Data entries
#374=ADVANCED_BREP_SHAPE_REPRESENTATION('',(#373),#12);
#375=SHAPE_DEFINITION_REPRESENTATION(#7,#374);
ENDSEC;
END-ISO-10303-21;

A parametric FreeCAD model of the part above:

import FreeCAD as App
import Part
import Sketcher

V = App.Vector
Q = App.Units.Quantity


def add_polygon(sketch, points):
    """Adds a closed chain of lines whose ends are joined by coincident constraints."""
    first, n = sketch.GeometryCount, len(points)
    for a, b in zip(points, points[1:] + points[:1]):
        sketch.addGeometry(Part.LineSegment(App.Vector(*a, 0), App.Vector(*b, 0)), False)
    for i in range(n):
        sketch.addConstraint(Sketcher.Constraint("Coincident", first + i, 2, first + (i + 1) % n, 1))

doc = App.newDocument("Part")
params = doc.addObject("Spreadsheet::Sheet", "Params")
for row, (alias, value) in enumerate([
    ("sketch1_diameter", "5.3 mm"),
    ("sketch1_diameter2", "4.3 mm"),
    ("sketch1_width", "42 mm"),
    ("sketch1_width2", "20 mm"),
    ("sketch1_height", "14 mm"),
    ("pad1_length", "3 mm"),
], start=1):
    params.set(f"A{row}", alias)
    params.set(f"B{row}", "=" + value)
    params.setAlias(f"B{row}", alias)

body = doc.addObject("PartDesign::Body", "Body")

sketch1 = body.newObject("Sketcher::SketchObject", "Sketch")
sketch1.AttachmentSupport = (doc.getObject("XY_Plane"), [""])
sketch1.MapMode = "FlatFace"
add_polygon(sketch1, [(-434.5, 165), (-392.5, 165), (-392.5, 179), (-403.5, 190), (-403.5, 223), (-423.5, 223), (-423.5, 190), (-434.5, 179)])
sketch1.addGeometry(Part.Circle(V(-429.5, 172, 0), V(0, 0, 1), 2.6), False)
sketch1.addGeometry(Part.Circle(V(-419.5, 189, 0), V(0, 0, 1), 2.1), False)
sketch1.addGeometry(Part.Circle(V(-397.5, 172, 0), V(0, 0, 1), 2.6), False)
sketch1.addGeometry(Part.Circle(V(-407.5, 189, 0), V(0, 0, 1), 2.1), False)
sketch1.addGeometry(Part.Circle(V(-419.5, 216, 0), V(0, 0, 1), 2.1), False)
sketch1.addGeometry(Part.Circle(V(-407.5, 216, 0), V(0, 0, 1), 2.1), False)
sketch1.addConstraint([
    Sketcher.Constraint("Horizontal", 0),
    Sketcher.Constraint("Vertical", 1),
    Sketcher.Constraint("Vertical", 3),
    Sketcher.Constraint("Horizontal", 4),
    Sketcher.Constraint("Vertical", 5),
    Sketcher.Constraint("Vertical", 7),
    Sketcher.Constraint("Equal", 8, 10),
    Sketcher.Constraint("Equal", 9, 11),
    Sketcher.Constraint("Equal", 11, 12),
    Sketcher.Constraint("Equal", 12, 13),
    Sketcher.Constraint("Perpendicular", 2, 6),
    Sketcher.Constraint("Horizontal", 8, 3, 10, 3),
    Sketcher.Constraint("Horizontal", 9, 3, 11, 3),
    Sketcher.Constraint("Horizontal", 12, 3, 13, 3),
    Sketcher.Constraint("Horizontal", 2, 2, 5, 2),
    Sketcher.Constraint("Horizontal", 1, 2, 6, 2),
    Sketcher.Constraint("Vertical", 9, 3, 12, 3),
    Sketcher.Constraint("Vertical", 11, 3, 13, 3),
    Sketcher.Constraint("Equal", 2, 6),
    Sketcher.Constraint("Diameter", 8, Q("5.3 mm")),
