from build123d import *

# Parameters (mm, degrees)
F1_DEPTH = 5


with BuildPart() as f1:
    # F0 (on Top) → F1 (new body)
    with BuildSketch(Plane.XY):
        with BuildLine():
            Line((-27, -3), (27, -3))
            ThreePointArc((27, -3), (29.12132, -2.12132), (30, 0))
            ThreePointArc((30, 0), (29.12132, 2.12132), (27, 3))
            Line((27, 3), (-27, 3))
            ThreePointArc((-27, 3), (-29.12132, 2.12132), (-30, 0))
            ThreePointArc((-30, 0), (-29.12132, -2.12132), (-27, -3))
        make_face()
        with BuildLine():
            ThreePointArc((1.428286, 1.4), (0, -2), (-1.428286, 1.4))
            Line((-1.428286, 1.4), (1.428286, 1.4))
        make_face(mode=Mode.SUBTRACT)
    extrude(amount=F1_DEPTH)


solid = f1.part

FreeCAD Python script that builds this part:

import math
import FreeCAD as App
import Part
import Sketcher

V = App.Vector
Q = App.Units.Quantity

doc = App.newDocument("Part")
body = doc.addObject("PartDesign::Body", "Body")

# Sketch on XY plane
sketch1 = body.newObject("Sketcher::SketchObject", "Sketch")
sketch1.AttachmentSupport = (doc.getObject("XY_Plane"), [""])
sketch1.MapMode = "FlatFace"
sketch1.addGeometry(Part.LineSegment(V(-27, -3, 0), V(27, -3, 0)), False)
sketch1.addGeometry(Part.ArcOfCircle(Part.Circle(V(26.999999, 0.000001, 0), V(0, 0, 1), 3.000001), math.radians(-89.999978), math.radians(-0.000022)), False)
sketch1.addGeometry(Part.ArcOfCircle(Part.Circle(V(26.999999, -0.000001, 0), V(0, 0, 1), 3.000001), math.radians(0.000022), math.radians(89.999978)), False)
sketch1.addGeometry(Part.LineSegment(V(27, 3, 0), V(-27, 3, 0)), False)
sketch1.addGeometry(Part.ArcOfCircle(Part.Circle(V(-26.999999, -0.000001, 0), V(0, 0, 1), 3.000001), math.radians(90.000022), math.radians(179.999978)), False)
sketch1.addGeometry(Part.ArcOfCircle(Part.Circle(V(-26.999999, 0.000001, 0), V(0, 0, 1), 3.000001), math.radians(-179.999978), math.radians(-90.000022)), False)
sketch1.addGeometry(Part.LineSegment(V(-1.428286, 1.4, 0), V(1.428286, 1.4, 0)), False)
sketch1.addGeometry(Part.ArcOfCircle(Part.Circle(V(0, 0, 0), V(0, 0, 1), 2), math.radians(135.573005), math.radians(404.426995)), False)
sketch1.addConstraint(Sketcher.Constraint("Tangent", 0, 2, 1, 1))
sketch1.addConstraint(Sketcher.Constraint("Tangent", 1, 2, 2, 1))
sketch1.addConstraint(Sketcher.Constraint("Tangent", 2, 2, 3, 1))
sketch1.addConstraint(Sketcher.Constraint("Tangent", 3, 2, 4, 1))
sketch1.addConstraint(Sketcher.Constraint("Tangent", 4, 2, 5, 1))
sketch1.addConstraint(Sketcher.Constraint("Tangent", 5, 2, 0, 1))
sketch1.addConstraint(Sketcher.Constraint("Coincident", 6, 1, 7, 1))
sketch1.addConstraint(Sketcher.Constraint("Coincident", 7, 2, 6, 2))
sketch1.addConstraint(Sketcher.Constraint("Horizontal", 0))
sketch1.addConstraint(Sketcher.Constraint("Horizontal", 3))
sketch1.addConstraint(Sketcher.Constraint("Horizontal", 6))
sketch1.addConstraint(Sketcher.Constraint("Coincident", 7, 3, -1, 1))
sketch1.addConstraint(Sketcher.Constraint("Equal", 1, 2))
sketch1.addConstraint(Sketcher.Constraint("Equal", 2, 4))
sketch1.addConstraint(Sketcher.Constraint("Symmetric", 1, 3, 4, 3, -1, 1))
sketch1.addConstraint(Sketcher.Constraint("PointOnObject", 1, 2, -1))
sketch1.addConstraint(Sketcher.Constraint("PointOnObject", 4, 2, -1))
sketch1.addConstraint(Sketcher.Constraint("Radius", 1, Q("3.000001 mm")))
sketch1.addConstraint(Sketcher.Constraint("Radius", 7, Q("2 mm")))
sketch1.addConstraint(Sketcher.Constraint("DistanceX", 0, 1, 0, 2, Q("54 mm")))
sketch1.addConstraint(Sketcher.Constraint("DistanceY", -1, 1, 6, 1, Q("1.4 mm")))
pad1 = body.newObject("PartDesign::Pad", "Pad")
pad1.Profile = sketch1
pad1.Length = 5

doc.recompute()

What is expected → Return, word for word, the lines of the data above from the line with "extrude(amount=F1_DEPTH)" through the line with "FreeCAD Python script", inclusive.

Response →
    extrude(amount=F1_DEPTH)


solid = f1.part

FreeCAD Python script that builds this part:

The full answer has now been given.